9. Wie sieht es mit der Weiterbildung bei Jägerinnen und Jägern aus?

Im Kanton Graubünden muss jede Jägerin und jeder Jäger jährlich einen Schiessnachweis erbringen. Damit wird die Treffsicherheit jedes Jägers geprüft. Die Kommission für Aus- und Weiterbildung der Jäger (KOAWJ), der Nationalpark oder auch das Bündner Naturmuseum organisieren zudem jedes Jahr Weiterbildungskurse, welche die Jägerschaft besuchen kann.

 

10. Was verbindet die Jagd mit der Vermögensberatung?

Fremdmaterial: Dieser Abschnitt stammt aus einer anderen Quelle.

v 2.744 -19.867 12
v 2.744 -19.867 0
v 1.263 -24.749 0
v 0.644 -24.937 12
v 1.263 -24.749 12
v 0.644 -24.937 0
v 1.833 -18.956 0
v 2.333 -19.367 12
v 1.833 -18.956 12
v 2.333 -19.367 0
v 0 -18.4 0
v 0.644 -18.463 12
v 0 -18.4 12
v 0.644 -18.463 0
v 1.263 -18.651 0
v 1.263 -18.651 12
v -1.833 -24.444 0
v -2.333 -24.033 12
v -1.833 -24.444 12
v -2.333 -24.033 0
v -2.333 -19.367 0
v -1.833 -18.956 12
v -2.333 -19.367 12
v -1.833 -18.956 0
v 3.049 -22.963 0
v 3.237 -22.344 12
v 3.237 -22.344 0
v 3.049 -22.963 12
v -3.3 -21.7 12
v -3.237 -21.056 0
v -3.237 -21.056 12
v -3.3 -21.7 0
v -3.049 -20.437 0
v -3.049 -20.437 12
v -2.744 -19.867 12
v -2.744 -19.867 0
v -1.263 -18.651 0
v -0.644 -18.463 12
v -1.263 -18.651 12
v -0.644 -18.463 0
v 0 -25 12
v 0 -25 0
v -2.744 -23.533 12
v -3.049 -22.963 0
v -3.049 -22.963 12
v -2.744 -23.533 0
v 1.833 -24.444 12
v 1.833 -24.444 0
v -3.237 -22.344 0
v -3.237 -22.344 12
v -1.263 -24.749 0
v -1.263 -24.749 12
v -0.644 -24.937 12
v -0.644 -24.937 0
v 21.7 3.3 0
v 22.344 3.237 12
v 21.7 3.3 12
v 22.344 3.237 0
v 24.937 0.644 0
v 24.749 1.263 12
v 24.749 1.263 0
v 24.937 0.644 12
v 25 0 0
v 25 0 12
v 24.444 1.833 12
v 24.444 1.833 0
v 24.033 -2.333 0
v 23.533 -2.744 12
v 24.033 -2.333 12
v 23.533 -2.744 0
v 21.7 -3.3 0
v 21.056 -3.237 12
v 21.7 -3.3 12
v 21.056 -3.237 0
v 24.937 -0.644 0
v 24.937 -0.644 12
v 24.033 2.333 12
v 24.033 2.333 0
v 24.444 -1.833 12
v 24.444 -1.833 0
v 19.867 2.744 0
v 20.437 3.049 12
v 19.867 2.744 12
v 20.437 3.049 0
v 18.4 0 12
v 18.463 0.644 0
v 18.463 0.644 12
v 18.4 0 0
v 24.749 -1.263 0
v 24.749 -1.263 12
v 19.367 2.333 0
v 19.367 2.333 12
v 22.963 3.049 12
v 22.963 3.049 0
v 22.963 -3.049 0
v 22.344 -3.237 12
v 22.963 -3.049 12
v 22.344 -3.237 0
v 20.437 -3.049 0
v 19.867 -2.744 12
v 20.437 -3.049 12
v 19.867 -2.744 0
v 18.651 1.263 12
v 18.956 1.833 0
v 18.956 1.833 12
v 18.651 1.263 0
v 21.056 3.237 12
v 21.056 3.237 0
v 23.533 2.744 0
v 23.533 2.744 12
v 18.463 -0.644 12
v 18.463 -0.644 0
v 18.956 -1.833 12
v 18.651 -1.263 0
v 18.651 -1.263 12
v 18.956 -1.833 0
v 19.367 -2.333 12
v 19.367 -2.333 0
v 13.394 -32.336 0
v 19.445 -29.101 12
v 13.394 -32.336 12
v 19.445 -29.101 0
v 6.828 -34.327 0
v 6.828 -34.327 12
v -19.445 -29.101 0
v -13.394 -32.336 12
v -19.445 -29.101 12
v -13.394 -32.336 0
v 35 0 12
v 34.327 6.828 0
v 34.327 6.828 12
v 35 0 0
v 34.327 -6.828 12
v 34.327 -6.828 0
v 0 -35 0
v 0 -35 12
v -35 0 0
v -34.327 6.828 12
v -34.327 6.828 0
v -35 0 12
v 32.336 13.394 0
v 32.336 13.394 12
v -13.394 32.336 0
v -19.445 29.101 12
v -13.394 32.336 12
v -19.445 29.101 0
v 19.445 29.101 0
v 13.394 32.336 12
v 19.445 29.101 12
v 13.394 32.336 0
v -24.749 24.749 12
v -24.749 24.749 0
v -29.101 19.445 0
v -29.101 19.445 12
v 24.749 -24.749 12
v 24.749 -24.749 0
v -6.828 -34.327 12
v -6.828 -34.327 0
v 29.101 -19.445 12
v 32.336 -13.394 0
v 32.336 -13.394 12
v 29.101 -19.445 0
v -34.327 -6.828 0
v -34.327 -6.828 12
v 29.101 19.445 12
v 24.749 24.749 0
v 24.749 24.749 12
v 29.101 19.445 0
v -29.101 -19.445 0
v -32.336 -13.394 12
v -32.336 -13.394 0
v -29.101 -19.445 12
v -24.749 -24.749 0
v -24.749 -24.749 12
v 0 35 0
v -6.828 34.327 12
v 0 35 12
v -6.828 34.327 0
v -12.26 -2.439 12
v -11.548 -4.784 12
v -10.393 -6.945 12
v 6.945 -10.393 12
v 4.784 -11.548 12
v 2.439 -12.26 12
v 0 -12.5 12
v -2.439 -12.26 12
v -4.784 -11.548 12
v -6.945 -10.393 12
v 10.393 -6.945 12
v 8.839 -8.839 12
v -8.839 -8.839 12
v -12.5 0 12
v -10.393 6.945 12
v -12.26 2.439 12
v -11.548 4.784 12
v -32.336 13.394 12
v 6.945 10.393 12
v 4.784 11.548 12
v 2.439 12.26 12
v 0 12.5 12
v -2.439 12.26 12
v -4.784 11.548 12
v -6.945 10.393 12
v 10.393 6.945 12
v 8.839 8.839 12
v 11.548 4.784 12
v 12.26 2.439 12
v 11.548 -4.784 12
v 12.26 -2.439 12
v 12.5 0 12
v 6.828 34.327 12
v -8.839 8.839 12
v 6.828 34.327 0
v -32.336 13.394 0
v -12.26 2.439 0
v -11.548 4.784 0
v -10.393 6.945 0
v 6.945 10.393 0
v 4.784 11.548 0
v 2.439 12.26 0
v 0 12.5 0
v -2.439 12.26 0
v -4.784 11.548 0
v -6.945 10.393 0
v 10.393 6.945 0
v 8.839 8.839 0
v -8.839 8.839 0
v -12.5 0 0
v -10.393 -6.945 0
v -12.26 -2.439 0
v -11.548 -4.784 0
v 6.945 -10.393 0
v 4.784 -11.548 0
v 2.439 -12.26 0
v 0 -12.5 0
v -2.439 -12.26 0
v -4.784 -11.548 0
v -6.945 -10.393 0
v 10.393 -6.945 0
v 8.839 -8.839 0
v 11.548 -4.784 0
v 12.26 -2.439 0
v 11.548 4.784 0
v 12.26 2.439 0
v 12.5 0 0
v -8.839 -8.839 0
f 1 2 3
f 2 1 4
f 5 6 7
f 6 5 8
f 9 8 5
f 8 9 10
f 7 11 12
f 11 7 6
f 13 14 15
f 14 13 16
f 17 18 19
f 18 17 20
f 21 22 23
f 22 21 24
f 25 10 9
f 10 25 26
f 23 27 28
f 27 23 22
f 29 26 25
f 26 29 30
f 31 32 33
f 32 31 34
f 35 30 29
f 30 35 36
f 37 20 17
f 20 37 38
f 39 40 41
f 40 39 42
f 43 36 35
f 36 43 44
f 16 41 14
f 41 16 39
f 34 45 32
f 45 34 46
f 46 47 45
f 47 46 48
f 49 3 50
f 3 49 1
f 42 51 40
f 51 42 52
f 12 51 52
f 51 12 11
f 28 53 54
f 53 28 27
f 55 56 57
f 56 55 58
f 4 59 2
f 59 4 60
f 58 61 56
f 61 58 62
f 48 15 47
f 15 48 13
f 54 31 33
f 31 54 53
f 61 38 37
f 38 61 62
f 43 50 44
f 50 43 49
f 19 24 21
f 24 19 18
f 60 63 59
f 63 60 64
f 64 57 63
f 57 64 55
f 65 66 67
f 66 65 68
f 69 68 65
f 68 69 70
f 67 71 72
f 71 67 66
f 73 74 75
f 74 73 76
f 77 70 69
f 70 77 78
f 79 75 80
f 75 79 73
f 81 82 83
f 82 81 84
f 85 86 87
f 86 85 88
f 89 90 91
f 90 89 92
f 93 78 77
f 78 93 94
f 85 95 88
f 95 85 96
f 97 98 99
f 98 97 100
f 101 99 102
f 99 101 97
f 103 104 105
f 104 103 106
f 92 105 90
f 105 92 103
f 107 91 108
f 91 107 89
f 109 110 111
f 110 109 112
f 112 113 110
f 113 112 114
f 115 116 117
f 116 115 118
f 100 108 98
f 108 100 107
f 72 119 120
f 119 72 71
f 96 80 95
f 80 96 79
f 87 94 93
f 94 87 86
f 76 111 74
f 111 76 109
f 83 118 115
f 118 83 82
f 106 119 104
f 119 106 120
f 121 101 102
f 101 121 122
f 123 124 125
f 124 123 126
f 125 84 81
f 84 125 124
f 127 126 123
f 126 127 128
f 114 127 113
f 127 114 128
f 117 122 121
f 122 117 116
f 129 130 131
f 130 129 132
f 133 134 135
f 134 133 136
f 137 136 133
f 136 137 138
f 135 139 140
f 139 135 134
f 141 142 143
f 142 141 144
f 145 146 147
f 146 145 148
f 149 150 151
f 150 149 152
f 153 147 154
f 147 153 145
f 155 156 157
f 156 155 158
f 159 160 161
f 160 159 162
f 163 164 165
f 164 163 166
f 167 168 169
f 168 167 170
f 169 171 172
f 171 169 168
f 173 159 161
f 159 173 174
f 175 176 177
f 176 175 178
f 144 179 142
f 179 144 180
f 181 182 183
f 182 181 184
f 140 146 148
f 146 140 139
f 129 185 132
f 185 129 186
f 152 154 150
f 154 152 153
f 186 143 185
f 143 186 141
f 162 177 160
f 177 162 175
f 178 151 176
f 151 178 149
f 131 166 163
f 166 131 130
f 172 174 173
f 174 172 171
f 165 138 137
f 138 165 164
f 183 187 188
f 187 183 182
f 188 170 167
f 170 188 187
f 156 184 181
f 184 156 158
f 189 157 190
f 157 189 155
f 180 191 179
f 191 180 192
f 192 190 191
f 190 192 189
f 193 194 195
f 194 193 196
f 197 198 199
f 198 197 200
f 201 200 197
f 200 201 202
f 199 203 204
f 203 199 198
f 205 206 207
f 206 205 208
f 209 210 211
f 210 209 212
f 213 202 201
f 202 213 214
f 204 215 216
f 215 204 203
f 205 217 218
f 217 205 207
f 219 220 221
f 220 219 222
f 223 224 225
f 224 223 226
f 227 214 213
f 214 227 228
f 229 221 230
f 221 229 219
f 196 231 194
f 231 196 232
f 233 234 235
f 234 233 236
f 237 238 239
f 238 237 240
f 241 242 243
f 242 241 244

Ich würde eher von Gegensätzen reden. Im Büro arbeite ich vor dem Computer oder bin an Kundengesprächen. Bei der Jagd bin ich in der Regel alleine in der Natur unterwegs. Die Ruhe, die Ausgeglichenheit und die Erlebnisse in der Natur bringen mir die Energie und Motivation, die ich bei der Arbeit benötige. Auf der Jagd lerne ich auch, geduldig zu sein und einen gesunden Ehrgeiz aufzubauen, was mir im Berufsalltag auch sehr nützlich sein kann. Viele meiner Kunden sind zudem selber Jäger. Durch die Jagdleidenschaft entsteht eine Verbindung zwischen mir und meinen Kunden, die uns zu Gleichgesinnten macht.